Woohoo, I’ve survived Week 1! 😀
(Background information about the project is at my About page)
No real coding this week, but a lot of API research, querying, and testing – we were trying to identify the best strategy/APIs to find Commons categories within a certain radius of specified GPS coordinates. Basically, Phase 1 of the project will involve using the chosen strategy to match an uploaded picture’s GPS coordinates with Commons categories that are found nearby, in order to display category suggestions to the user. Currently the only suggestions displayed to the user are ‘previously used categories’, so the goal for Phase 1 is to provide more suggestions that are tailored to the locality in which the picture was taken.
We were initially considering 3 strategies/APIs:
- The WikiData API that was suggested by Magnus on Nicolas (co-mentor)’s StackOverflow thread. Unrelated note: I later found out via Stephen (mentor) that Magnus has made a whole lot of other contributions to Wikimedia, and curiosity led me to his wikipedia page, which stated that he was one of those who worked on the initial software that all of the wikis are now based on. Oooh. Small world. 🙂
- The Commons API
- The “search for existing pics at that location” strategy, code-named Method C. Instead of querying directly for Commons categories, this strategy searches for existing pictures on the Commons database that have GPS coordinates close to the uploaded picture’s coordinates, and retrieves their categories. Pretty nifty.
I eventually found out that the Commons API was not suitable, so we distilled the comparison down to WikiData vs Method C. In both of those cases there were, fortunately, external tools to aid in running queries on the API quickly and easily for testing purposes – TABernacle for WikiData and the Commons MediaWiki API Sandbox for Method C. I used 10 sample pictures and categorized them manually (by taking the current categories given by the Commons community, and adding any of my own that I saw fit), then ran them through WikiData and Method C to see how many pertinent categories were picked up. All of the results are on the GitHub wiki.
Long story short, the WikiData API worked out fine – not many false positives and not many good categories suggested, but still a huge improvement to the current app’s suggestions. But Method C performed even better, retrieving more good categories despite finding more false positives. As Nicolas mentioned, though, a false positive isn’t as big a deal as lack of good category suggestions, because if the good category wasn’t present in the suggestion list, the user would have to try and guess the right category and potentially scroll through dozens of other ‘false positives’ in the alphabetical-ordered list.
So, we’ll probably go with Method C (or its successor Method D, which involves manipulating the radius), but that will likely be decided during our next weekly meeting. The last meeting we had was incredibly productive – brainstorming with Stephen and Nicolas was a huge help in overcoming the “oh no, this doesn’t work! what to do next??” block that I encountered halfway through.
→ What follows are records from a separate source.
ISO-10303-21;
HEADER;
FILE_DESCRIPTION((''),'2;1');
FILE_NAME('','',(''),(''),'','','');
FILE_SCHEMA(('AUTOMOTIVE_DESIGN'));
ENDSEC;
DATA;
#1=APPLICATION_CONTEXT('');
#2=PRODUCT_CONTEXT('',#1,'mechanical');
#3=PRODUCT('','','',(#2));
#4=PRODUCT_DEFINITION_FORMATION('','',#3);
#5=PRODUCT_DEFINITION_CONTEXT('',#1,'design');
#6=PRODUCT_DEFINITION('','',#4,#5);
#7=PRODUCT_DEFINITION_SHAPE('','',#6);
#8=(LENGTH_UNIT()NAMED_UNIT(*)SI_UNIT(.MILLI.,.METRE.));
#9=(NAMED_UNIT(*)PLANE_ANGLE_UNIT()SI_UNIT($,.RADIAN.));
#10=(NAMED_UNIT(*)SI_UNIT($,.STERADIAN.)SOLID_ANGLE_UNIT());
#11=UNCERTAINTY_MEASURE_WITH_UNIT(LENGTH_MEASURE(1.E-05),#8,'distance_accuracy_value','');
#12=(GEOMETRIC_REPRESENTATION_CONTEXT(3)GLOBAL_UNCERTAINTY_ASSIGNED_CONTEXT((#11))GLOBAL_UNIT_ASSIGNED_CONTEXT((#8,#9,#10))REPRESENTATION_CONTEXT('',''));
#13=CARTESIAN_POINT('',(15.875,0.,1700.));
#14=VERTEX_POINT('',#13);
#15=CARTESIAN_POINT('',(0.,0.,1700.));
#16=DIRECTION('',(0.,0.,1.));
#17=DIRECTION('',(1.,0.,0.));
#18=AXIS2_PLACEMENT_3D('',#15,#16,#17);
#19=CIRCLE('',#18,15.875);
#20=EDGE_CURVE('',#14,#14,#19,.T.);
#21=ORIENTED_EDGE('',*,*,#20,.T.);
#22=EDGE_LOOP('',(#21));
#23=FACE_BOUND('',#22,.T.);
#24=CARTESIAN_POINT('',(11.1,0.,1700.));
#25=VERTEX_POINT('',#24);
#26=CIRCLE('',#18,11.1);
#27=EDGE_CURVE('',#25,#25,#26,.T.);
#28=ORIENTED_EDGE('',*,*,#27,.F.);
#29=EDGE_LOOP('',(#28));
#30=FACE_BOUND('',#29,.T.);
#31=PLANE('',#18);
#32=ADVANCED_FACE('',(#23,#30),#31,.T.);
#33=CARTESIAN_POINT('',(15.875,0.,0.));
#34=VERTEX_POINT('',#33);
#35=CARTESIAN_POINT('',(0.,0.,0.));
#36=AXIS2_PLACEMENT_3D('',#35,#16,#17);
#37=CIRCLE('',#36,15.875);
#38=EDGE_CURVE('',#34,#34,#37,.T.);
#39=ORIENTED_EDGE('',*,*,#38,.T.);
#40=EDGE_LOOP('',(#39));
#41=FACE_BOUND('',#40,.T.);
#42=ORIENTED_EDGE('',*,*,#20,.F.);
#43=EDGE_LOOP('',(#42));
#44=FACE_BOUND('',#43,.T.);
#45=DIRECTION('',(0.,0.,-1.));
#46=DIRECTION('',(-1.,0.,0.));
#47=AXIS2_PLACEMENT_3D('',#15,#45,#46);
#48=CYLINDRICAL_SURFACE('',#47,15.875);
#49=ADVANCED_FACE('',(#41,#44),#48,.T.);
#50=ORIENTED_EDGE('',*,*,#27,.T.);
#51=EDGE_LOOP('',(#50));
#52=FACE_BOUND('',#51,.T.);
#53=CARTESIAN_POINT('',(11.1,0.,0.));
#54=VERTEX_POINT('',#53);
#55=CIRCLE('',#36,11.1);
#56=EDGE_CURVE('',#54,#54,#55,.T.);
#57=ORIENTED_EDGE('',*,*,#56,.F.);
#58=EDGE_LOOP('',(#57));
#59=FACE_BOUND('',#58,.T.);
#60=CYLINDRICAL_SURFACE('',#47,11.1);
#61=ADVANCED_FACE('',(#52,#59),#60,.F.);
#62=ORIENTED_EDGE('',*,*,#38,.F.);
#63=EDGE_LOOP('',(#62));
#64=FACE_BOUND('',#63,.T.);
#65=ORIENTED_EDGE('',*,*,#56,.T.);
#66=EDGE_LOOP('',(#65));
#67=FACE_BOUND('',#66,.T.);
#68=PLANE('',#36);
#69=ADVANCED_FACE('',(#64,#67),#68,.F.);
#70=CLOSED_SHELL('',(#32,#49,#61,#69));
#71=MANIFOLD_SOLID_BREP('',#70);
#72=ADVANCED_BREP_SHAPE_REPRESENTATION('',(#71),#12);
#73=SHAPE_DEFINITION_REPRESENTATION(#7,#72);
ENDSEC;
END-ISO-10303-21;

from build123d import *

# Parameters (mm, degrees)
SKETCH1_R           = 15.875
SKETCH1_R_2         = 11.1
BOSS_EXTRUDE1_DEPTH = 1700


with BuildPart() as part:
    # Sketch1 → Boss-Extrude1 (new body)
    with BuildSketch(Plane(origin=(0, 0, 0), x_dir=(0, 1, 0), z_dir=(0, 0, 1))):
        with Locations(Location((0, 0, 0), (0, 0, 270))):
            Circle(SKETCH1_R)
        with Locations(Location((0, 0, 0), (0, 0, 270))):
            Circle(SKETCH1_R_2, mode=Mode.SUBTRACT)
    extrude(amount=BOSS_EXTRUDE1_DEPTH)


solid = part.part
The next task involves finding a library to extract the GPS coordinates of uploaded pictures, and implementing it. Finding the library itself shouldn’t be too hard, I reckon, but I’m still a little nervous about the implementation. This app is a fair bit more complex than any other app I’ve tinkered with so far, and while I’ve already made some modifications to it for the microtasks required for my application, they were mostly simple activity/UI tweaks or bugfixes – none of them involved actually getting down and dirty with the actual uploading/categorization code. I’ve spent quite a bit of time over the past few weeks looking at the existing upload/categorization code and trying to understand it, but I don’t think I’m anywhere close to 100% on that just yet.